SUPPLIED DATA:
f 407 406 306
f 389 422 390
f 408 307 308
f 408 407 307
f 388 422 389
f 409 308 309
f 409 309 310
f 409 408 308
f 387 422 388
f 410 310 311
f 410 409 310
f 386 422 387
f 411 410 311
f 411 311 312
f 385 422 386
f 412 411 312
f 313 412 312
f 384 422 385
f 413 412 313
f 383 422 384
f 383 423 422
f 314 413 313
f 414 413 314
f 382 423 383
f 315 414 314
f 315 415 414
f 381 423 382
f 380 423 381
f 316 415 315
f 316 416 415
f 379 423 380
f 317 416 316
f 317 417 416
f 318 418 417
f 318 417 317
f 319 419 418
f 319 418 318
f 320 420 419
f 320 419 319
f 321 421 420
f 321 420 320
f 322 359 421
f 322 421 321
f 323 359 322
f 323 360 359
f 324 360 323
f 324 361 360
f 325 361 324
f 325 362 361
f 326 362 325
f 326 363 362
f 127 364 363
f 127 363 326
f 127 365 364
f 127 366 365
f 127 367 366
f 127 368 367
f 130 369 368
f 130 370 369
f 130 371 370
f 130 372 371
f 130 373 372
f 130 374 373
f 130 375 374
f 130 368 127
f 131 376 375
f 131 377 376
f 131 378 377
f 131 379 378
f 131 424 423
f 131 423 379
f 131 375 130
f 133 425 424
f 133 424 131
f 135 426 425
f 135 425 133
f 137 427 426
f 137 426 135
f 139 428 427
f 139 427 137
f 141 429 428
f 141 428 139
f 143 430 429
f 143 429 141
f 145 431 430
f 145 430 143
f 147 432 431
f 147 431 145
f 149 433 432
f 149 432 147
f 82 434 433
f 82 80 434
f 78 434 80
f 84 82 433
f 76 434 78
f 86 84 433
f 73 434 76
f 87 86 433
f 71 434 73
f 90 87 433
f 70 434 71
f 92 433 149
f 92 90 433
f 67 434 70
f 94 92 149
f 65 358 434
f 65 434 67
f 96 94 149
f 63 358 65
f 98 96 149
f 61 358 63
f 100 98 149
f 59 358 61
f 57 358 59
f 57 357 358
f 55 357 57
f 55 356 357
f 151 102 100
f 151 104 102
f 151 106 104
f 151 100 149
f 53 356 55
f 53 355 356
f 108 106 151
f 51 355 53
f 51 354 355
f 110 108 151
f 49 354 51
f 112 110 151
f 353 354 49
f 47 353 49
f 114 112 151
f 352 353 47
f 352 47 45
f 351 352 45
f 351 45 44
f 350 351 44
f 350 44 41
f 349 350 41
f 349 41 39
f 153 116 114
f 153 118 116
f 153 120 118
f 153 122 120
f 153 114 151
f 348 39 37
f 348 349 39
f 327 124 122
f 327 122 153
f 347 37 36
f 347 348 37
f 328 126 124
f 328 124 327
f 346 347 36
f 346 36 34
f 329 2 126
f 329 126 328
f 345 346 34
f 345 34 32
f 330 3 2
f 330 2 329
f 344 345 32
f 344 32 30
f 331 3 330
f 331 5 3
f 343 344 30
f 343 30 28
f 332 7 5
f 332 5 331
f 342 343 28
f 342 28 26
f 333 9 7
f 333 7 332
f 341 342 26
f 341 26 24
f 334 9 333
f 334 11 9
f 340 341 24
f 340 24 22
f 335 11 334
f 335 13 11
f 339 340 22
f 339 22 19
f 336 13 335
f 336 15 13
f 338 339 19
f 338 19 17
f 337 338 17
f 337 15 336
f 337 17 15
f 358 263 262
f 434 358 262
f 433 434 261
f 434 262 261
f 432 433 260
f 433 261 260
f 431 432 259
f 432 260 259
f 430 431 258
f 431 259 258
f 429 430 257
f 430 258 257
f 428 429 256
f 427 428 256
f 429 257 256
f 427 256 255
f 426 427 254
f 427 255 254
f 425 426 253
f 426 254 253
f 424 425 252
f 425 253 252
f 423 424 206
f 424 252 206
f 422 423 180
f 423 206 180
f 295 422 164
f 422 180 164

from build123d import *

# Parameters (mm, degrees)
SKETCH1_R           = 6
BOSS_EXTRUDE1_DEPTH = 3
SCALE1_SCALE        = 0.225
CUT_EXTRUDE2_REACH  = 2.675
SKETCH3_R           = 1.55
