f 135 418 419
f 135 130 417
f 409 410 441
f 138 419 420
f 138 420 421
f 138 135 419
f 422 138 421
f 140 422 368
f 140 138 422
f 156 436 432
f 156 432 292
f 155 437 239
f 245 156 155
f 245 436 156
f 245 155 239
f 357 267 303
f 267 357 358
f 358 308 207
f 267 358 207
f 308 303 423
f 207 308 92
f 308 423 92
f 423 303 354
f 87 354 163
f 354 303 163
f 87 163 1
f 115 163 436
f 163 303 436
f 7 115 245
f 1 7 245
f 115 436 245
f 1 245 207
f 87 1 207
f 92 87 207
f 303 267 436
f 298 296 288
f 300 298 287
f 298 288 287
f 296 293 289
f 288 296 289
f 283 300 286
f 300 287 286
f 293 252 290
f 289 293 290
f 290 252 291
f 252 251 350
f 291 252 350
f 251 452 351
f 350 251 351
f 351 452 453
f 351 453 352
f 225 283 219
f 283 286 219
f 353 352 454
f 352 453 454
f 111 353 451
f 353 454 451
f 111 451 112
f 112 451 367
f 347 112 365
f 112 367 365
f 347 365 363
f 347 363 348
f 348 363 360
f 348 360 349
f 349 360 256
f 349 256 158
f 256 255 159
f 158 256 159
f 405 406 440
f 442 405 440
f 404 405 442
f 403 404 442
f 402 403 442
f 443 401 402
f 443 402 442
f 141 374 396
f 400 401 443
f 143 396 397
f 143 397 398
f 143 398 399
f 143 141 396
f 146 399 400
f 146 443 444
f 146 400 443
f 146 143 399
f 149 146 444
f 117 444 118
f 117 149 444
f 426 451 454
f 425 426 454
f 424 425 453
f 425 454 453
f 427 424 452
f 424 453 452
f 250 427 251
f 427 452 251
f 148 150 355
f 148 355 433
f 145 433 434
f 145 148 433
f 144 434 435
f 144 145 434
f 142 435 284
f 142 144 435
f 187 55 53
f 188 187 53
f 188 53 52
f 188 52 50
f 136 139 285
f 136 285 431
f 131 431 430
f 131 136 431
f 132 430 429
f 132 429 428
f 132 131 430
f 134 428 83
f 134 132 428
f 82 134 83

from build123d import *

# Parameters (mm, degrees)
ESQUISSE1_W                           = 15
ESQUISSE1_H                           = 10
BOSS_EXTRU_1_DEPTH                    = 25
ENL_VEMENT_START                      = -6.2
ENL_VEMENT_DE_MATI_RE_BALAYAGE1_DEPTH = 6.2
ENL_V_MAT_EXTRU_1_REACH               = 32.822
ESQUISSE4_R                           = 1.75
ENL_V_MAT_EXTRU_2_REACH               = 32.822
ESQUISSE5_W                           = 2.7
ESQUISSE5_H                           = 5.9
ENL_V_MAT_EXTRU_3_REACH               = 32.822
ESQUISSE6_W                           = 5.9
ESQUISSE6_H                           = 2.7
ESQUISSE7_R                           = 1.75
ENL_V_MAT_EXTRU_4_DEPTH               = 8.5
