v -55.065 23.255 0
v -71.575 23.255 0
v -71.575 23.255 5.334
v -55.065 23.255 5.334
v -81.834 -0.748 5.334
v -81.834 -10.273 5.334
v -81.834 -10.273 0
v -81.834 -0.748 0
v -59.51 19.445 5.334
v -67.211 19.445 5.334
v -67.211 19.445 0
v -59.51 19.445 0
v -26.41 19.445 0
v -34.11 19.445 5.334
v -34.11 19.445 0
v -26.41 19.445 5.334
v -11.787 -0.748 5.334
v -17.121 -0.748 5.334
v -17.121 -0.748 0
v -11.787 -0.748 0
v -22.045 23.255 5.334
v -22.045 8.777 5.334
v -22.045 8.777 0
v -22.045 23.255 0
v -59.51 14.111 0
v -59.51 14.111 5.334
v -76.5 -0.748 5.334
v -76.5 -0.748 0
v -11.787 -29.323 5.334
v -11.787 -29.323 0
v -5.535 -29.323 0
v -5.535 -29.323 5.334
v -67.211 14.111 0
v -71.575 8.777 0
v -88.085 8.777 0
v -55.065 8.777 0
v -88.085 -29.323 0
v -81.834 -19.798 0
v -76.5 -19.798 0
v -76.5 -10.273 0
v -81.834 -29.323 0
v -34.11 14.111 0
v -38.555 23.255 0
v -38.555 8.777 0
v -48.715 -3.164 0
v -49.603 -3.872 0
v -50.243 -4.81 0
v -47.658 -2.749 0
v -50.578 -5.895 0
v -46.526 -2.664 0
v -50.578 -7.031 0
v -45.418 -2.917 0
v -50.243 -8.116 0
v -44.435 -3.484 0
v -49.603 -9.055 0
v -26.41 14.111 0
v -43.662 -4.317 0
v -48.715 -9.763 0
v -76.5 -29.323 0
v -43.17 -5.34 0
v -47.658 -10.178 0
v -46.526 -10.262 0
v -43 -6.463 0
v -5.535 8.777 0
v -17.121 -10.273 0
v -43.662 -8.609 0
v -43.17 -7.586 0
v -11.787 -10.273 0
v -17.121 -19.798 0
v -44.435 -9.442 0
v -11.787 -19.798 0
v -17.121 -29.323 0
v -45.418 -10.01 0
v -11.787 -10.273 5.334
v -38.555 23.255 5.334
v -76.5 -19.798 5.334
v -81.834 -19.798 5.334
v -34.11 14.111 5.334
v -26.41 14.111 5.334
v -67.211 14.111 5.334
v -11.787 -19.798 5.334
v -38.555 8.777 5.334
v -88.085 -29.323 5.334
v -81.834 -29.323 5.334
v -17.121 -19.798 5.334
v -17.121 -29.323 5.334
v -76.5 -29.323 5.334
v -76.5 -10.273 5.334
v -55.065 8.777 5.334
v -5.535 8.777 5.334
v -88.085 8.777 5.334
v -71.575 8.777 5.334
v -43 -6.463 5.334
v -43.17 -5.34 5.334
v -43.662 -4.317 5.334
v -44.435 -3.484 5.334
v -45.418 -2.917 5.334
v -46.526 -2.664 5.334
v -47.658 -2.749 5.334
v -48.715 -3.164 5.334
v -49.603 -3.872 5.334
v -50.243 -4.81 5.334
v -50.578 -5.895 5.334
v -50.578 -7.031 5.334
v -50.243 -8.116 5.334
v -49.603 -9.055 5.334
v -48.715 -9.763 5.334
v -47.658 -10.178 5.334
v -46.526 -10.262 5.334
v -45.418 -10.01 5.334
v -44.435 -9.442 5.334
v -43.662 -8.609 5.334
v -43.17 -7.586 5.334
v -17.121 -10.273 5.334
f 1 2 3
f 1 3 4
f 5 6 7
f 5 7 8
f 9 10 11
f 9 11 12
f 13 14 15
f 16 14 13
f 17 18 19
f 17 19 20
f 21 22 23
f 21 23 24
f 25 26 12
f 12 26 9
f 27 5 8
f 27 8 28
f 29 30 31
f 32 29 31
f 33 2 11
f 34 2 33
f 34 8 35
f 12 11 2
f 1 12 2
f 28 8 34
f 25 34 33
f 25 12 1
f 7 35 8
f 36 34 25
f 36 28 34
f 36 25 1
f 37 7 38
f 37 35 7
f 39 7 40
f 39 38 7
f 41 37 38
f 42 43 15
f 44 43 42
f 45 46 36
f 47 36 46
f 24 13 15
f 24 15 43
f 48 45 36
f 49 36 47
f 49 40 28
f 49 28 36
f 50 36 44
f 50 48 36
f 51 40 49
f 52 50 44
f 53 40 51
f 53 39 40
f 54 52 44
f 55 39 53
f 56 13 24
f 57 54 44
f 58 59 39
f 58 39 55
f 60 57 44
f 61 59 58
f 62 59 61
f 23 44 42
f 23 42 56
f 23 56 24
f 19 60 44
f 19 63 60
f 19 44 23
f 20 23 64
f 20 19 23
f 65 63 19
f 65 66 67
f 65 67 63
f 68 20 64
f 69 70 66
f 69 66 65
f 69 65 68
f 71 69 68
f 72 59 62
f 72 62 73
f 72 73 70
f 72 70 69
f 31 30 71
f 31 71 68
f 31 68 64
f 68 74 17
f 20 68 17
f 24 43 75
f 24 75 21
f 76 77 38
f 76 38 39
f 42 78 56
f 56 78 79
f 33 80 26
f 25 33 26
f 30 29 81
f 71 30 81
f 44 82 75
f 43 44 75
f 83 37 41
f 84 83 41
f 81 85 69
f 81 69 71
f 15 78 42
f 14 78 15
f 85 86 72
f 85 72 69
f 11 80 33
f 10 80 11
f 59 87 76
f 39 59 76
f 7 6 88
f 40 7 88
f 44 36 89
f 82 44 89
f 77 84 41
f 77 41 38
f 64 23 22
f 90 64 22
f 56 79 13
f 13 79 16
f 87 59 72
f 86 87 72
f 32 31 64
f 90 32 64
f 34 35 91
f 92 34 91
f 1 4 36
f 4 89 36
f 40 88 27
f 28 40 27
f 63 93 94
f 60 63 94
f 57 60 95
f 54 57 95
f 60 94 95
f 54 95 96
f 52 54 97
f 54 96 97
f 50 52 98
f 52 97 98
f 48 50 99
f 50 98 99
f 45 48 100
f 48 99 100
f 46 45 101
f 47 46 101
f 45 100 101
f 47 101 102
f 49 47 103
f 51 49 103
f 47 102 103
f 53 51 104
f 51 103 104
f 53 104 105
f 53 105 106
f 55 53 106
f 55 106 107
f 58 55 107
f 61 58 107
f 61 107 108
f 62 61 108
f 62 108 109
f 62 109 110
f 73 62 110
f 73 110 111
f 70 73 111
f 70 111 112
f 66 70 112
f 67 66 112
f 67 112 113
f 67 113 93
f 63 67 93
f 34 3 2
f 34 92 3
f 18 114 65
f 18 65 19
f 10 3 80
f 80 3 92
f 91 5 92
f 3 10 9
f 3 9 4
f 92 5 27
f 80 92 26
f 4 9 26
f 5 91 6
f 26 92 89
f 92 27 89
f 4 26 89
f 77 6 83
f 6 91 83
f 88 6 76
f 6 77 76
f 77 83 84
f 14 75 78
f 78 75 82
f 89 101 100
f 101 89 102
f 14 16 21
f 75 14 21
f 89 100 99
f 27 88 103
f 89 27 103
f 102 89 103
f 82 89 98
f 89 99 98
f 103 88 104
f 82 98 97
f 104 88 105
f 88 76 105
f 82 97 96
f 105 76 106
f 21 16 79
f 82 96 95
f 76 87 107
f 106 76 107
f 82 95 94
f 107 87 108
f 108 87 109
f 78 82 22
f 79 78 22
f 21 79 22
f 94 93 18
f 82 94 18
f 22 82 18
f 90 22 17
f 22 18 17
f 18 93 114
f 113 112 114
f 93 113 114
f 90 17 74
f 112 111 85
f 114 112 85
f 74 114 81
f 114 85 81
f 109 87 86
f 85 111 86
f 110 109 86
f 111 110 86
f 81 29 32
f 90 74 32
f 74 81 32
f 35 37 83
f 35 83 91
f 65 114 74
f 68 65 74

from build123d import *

# Parameters (mm, degrees)
SKETCH1_W                = 82.55
SKETCH1_H                = 43.434
BOSS_EXTRUDE1_DEPTH      = 5.334
CUT_EXTRUDE1_START       = -88.085249325
CUT_EXTRUDE1_OUTLINE_W   = 5.334
CUT_EXTRUDE1_OUTLINE_H   = 5.334
CUT_EXTRUDE1_DEPTH       = 16.51
CUT_EXTRUDE1_START_2     = -55.065249325
CUT_EXTRUDE1_2_OUTLINE_W = 5.334
CUT_EXTRUDE1_2_OUTLINE_H = 5.334
CUT_EXTRUDE1_2_DEPTH     = 16.51
CUT_EXTRUDE1_START_3     = -22.045249325
CUT_EXTRUDE1_3_OUTLINE_W = 5.334
CUT_EXTRUDE1_3_OUTLINE_H = 5.334
CUT_EXTRUDE1_3_DEPTH     = 16.51
SKETCH3_W                = 5.334
SKETCH3_H                = 9.525
CUT_EXTRUDE2_DEPTH       = 93.990910348
SKETCH4_R                = 3.81
CUT_EXTRUDE3_DEPTH       = 93.990910348
SKETCH5_W                = 16.51
SKETCH5_H                = 5.334
BOSS_EXTRUDE2_DEPTH      = 9.144
SKETCH6_W                = 7.700463705
SKETCH6_H                = 5.334
SKETCH6_W_2              = 7.700463706
CUT_EXTRUDE4_DEPTH       = 93.990910348


# Read off the part's stored shape, not the designer's step: Cut-Extrude1
with BuildPart() as part:
    # Sketch1 → Boss-Extrude1 (new body)
    with BuildSketch(Plane.XY):
        with Locations((-46.810249325, -7.606142782)):
            Rectangle(SKETCH1_W, SKETCH1_H)
    extrude(amount=BOSS_EXTRUDE1_DEPTH)

    # Cut-Extrude1 outline → Cut-Extrude1 (cut)
    with BuildSketch(Plane.YZ.offset(CUT_EXTRUDE1_START)):
        with Locations((11.443857218, 2.667)):
            Rectangle(CUT_EXTRUDE1_OUTLINE_W, CUT_EXTRUDE1_OUTLINE_H)
    extrude(amount=CUT_EXTRUDE1_DEPTH, mode=Mode.SUBTRACT)

    # Cut-Extrude1 2 outline → Cut-Extrude1 2 (cut)
    with BuildSketch(Plane.YZ.offset(CUT_EXTRUDE1_START_2)):
        with Locations((11.443857218, 2.667)):
            Rectangle(CUT_EXTRUDE1_2_OUTLINE_W, CUT_EXTRUDE1_2_OUTLINE_H)
    extrude(amount=CUT_EXTRUDE1_2_DEPTH, mode=Mode.SUBTRACT)

    # Cut-Extrude1 3 outline → Cut-Extrude1 3 (cut)
    with BuildSketch(Plane.YZ.offset(CUT_EXTRUDE1_START_3)):
        with Locations((11.443857218, 2.667)):
            Rectangle(CUT_EXTRUDE1_3_OUTLINE_W, CUT_EXTRUDE1_3_OUTLINE_H)
    extrude(amount=CUT_EXTRUDE1_3_DEPTH, mode=Mode.SUBTRACT)

    # Sketch3 → Cut-Extrude2 (cut, through all)
    with BuildSketch(Plane.XY.offset(5.334)):
        with Locations((-79.166667411, -24.560642782)):
            Rectangle(SKETCH3_W, SKETCH3_H)
        with Locations((-79.166667411, -5.510642782)):
            Rectangle(SKETCH3_W, SKETCH3_H)
        with Locations((-14.453831238, -5.510642782)):
            Rectangle(SKETCH3_W, SKETCH3_H)
        with Locations((-14.453831238, -24.560642782)):
            Rectangle(SKETCH3_W, SKETCH3_H)
    extrude(amount=-CUT_EXTRUDE2_DEPTH, mode=Mode.SUBTRACT)

    # Sketch4 → Cut-Extrude3 (cut, through all)
    with BuildSketch(Plane.XY.offset(5.334)):
        with Locations((-46.810249325, -6.463142782)):
            Circle(SKETCH4_R)
    extrude(amount=-CUT_EXTRUDE3_DEPTH, mode=Mode.SUBTRACT)

    # Sketch5 → Boss-Extrude2 (add)
    with BuildSketch(Plane(origin=(0, 14.110857218, 0), x_dir=(1, 0, 0), z_dir=(0, 1, 0))):
        with Locations((-63.320249325, -2.667)):
            Rectangle(SKETCH5_W, SKETCH5_H)
        with Locations((-30.300249325, -2.667)):
            Rectangle(SKETCH5_W, SKETCH5_H)
    extrude(amount=BOSS_EXTRUDE2_DEPTH)

    # Sketch6 → Cut-Extrude4 (cut, through all)
    with BuildSketch(Plane.XY.offset(5.334)):
        with Locations((-63.360481178, 16.777857218)):
            Rectangle(SKETCH6_W, SKETCH6_H)
        with Locations((-30.260017472, 16.777857218)):
            Rectangle(SKETCH6_W_2, SKETCH6_H)
    extrude(amount=-CUT_EXTRUDE4_DEPTH, mode=Mode.SUBTRACT)


solid = part.part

ACTIVITY:
All lines from the beginning of the listing through the one with "f 383 423 422" are to be restated word for word, and only those.

TASK SOLUTION:
f 407 406 306
f 389 422 390
f 408 307 308
f 408 407 307
f 388 422 389
f 409 308 309
f 409 309 310
f 409 408 308
f 387 422 388
f 410 310 311
f 410 409 310
f 386 422 387
f 411 410 311
f 411 311 312
f 385 422 386
f 412 411 312
f 313 412 312
f 384 422 385
f 413 412 313
f 383 422 384
f 383 423 422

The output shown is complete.